|
Novel algorithms and the need to resolve data comparability issue concludes Data Mining conference
Jean-Jack M. Riethoven EMBL Outstation - Hinxton, European Bioinformatics Institute, Wellcome Trust Genome Campus, Hinxton, Cambridge CB10 1SD, United Kingdom
HINXTON, United Kingdom - Data comparability and the need for novel algorithms are key issues, concludes the conference on "Data mining in Bioinformatics - towards in silico Biology". Organised by the European Bioinformatics Institute and held at the Wellcome Trust Genome Campus from 10 to 12 November 1999, the conference attracted more than 275. With fifteen speakers from academia and industry, and forty posters, the conference offered a good opportunity to both get an idea what data mining is all about and to see what it can do, now and in the nearby future, for the bioinformatics scientist.
"During the last few years bioinformatics has been overwhelmed with increasing floods of data, both in terms of volume and in terms of new databases and new types of data. We are now entering the post-genomic age, where, in addition to complete genome sequences, we are learning about gene expression patterns and protein interactions on genomic scales. This poses new challenges. Old ways of dealing with data item by item are no longer sustainable and it is necessary to create new opportunities for discovering biological knowledge in silico by data mining", Alvis Brazma (EMBL-EBI), chair of the organising committee, explains.
"Data mining is roughly defined as 'exploration and analysis by automatic and semi-automatic means, of large quantities of data in order to discover meaningful patterns and rules'. Our conference on 'Data mining for Bioinformatics' brought together researchers interested in both fields, with the aim of generating new ideas and insights into how to tackle the challenge of floods of data in molecular biology. "
The conference kicked off with a plenary talk of Heikki Mannila (Helsinki University of Technology and Nokia Technology) who, as one of the top data mining experts in the world, gave an overview of the various issues and algorithms that are involved in traditional data mining.

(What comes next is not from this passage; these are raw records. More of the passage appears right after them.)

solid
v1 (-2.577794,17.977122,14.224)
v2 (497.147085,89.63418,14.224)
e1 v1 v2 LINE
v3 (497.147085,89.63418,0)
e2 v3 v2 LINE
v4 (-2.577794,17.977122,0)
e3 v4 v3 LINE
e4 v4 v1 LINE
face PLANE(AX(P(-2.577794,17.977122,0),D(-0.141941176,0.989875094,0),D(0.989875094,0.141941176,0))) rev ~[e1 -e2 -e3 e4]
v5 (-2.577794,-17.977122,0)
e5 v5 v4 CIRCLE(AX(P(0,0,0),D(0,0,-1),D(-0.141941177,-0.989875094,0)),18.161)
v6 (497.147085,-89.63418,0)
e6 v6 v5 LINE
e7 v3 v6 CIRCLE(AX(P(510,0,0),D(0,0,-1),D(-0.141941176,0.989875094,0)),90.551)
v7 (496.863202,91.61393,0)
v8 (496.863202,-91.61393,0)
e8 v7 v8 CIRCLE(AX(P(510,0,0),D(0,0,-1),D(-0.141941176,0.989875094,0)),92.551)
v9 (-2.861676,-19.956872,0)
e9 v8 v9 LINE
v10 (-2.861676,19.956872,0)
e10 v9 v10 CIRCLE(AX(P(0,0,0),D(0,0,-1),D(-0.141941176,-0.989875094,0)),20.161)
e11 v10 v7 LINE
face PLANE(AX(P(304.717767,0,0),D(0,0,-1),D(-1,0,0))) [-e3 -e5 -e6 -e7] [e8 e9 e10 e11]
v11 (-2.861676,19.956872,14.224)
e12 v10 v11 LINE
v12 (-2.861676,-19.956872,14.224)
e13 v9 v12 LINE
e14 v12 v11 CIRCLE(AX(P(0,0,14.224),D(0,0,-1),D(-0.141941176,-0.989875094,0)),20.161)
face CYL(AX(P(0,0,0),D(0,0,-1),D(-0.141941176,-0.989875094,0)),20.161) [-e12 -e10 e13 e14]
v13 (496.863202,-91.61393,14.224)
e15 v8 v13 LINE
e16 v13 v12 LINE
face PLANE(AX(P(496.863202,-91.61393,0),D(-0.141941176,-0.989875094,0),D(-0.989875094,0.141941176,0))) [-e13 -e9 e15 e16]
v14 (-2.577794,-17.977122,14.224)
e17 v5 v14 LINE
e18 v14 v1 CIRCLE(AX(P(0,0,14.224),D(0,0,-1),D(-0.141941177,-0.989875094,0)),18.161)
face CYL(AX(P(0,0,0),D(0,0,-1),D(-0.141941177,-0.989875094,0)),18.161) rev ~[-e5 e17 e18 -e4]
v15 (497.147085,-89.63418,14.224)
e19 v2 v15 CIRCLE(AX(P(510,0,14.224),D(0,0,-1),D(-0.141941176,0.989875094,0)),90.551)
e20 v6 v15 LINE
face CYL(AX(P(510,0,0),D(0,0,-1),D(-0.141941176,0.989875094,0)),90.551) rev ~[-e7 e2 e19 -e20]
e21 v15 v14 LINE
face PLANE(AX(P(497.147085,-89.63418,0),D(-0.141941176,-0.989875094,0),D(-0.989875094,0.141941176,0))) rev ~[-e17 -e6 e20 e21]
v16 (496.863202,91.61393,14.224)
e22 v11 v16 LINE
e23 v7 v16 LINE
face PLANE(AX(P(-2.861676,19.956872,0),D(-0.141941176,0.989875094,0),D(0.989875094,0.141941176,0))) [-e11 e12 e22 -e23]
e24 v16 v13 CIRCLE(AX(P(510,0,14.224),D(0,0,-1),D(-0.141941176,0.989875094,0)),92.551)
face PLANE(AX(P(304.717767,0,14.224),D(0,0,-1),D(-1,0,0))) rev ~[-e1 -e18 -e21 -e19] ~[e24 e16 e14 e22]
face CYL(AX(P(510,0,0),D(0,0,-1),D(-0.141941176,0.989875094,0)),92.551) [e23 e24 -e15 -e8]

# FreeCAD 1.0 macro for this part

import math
import FreeCAD as App
import Part
import Sketcher
Q = App.Units.Quantity

doc = App.newDocument("Part")
body = doc.addObject("PartDesign::Body", "Body")

# Sketch on XY plane
sketch1 = body.newObject("Sketcher::SketchObject", "Sketch")
sketch1.AttachmentSupport = (doc.getObject("XY_Plane"), [""])
sketch1.MapMode = "FlatFace"
sketch1.addGeometry(Part.LineSegment(App.Vector(-3, -20, 0), App.Vector(497, -92, 0)), False)
sketch1.addGeometry(Part.ArcOfCircle(Part.Circle(App.Vector(510, 0, 0), App.Vector(0, 0, 1), 93), math.radians(-98), math.radians(98)), False)
sketch1.addGeometry(Part.LineSegment(App.Vector(497, 92, 0), App.Vector(-3, 20, 0)), False)
sketch1.addGeometry(Part.ArcOfCircle(Part.Circle(App.Vector(0, 0, 0), App.Vector(0, 0, 1), 20), math.radians(98), math.radians(262)), False)
sketch1.addGeometry(Part.LineSegment(App.Vector(497, -90, 0), App.Vector(-3, -18, 0)), False)
sketch1.addGeometry(Part.ArcOfCircle(Part.Circle(App.Vector(0, 0, 0), App.Vector(0, 0, 1), 18), math.radians(98), math.radians(262)), False)
sketch1.addGeometry(Part.LineSegment(App.Vector(-3, 18, 0), App.Vector(497, 90, 0)), False)
sketch1.addGeometry(Part.ArcOfCircle(Part.Circle(App.Vector(510, 0, 0), App.Vector(0, 0, 1), 91), math.radians(-98), math.radians(98)), False)
sketch1.addConstraint(Sketcher.Constraint("Tangent", 0, 2, 1, 1))
sketch1.addConstraint(Sketcher.Constraint("Tangent", 1, 2, 2, 1))
sketch1.addConstraint(Sketcher.Constraint("Tangent", 2, 2, 3, 1))
sketch1.addConstraint(Sketcher.Constraint("Tangent", 3, 2, 0, 1))
sketch1.addConstraint(Sketcher.Constraint("Tangent", 4, 2, 5, 2))
sketch1.addConstraint(Sketcher.Constraint("Tangent", 5, 1, 6, 1))
sketch1.addConstraint(Sketcher.Constraint("Tangent", 6, 2, 7, 2))
sketch1.addConstraint(Sketcher.Constraint("Tangent", 7, 1, 4, 1))
sketch1.addConstraint(Sketcher.Constraint("Coincident", 3, 3, -1, 1))
sketch1.addConstraint(Sketcher.Constraint("Coincident", 5, 3, -1, 1))
sketch1.addConstraint(Sketcher.Constraint("Coincident", 7, 3, 1, 3))
sketch1.addConstraint(Sketcher.Constraint("PointOnObject", 1, 3, -1))
sketch1.addConstraint(Sketcher.Constraint("Parallel", 0, 4))
sketch1.addConstraint(Sketcher.Constraint("Radius", 5, Q("0.715 in")))
sketch1.addConstraint(Sketcher.Constraint("Radius", 7, Q("3.565 in")))
sketch1.addConstraint(Sketcher.Constraint("Radius", 1, Q("92.551 mm")))
sketch1.addConstraint(Sketcher.Constraint("Distance", 0, Q("504.836298 mm")))
pad1 = body.newObject("PartDesign::Pad", "Pad")
pad1.Profile = sketch1
pad1.Length = Q("0.56 in")

doc.recompute()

Usually data mining tasks involve finding some global structure in e.g. clustering or mixture modelling, or finding a local structure in discovering motifs or patterns. The trend now is to go towards combining database methods with statistical procedures.
On data mining in bioinformatics, Heikki said: "I see a very fruitful time of cross-fertilisation of the areas, because first of all in both traditional statistics and computational data-analysis there are a lot of things that are already in place, many of which people maybe don't know much about. But on the other hand what bioinformatics is creating are totally new types of data that statisticians in their very long and solid discipline have never encountered, for example like analysing huge sets of sequences of letters. That simply isn't a traditional statistical data-type. The same is true for gene expression data: that kind of data hasn't been around that long and consequently there are no methods for analysing it. It seems to me that there is much to be done in creating new types of concepts: what do you actually want to find from there. Similarity and clustering are obvious procedures but there might be other things in the data that are biologically even more relevant. Some types of knowledge that are in the data could be obtained and for this new algorithms are needed."
|

|
|
The keynote lecture of Heikki Mannila (left) and Paul Spellman´s microarray presentation (right). © 2000 BioInformer. All Rights Reserved. |
|
The next day was dedicated to the introduction in data mining for bioinformatics, with pattern discovery, databases of premium biological information, and the induction of rules and relations from large data sets as prime examples. Aris Floratos of the IBM TJ Watson Research Center presented a talk about discovering and exploiting patterns in biological databases, where he focused on the use of the Teiresias algorithm to find so-called seqlets in the GenPept database. These seqlets can then be used in homology searches, but also to describe 3D structure. Building further on the previous talk, Inge Jonassen of the University of Bergen discussed methods for the automatic discovery of patterns in sequences, with particular attention to algorithms used in the Pratt line of programs.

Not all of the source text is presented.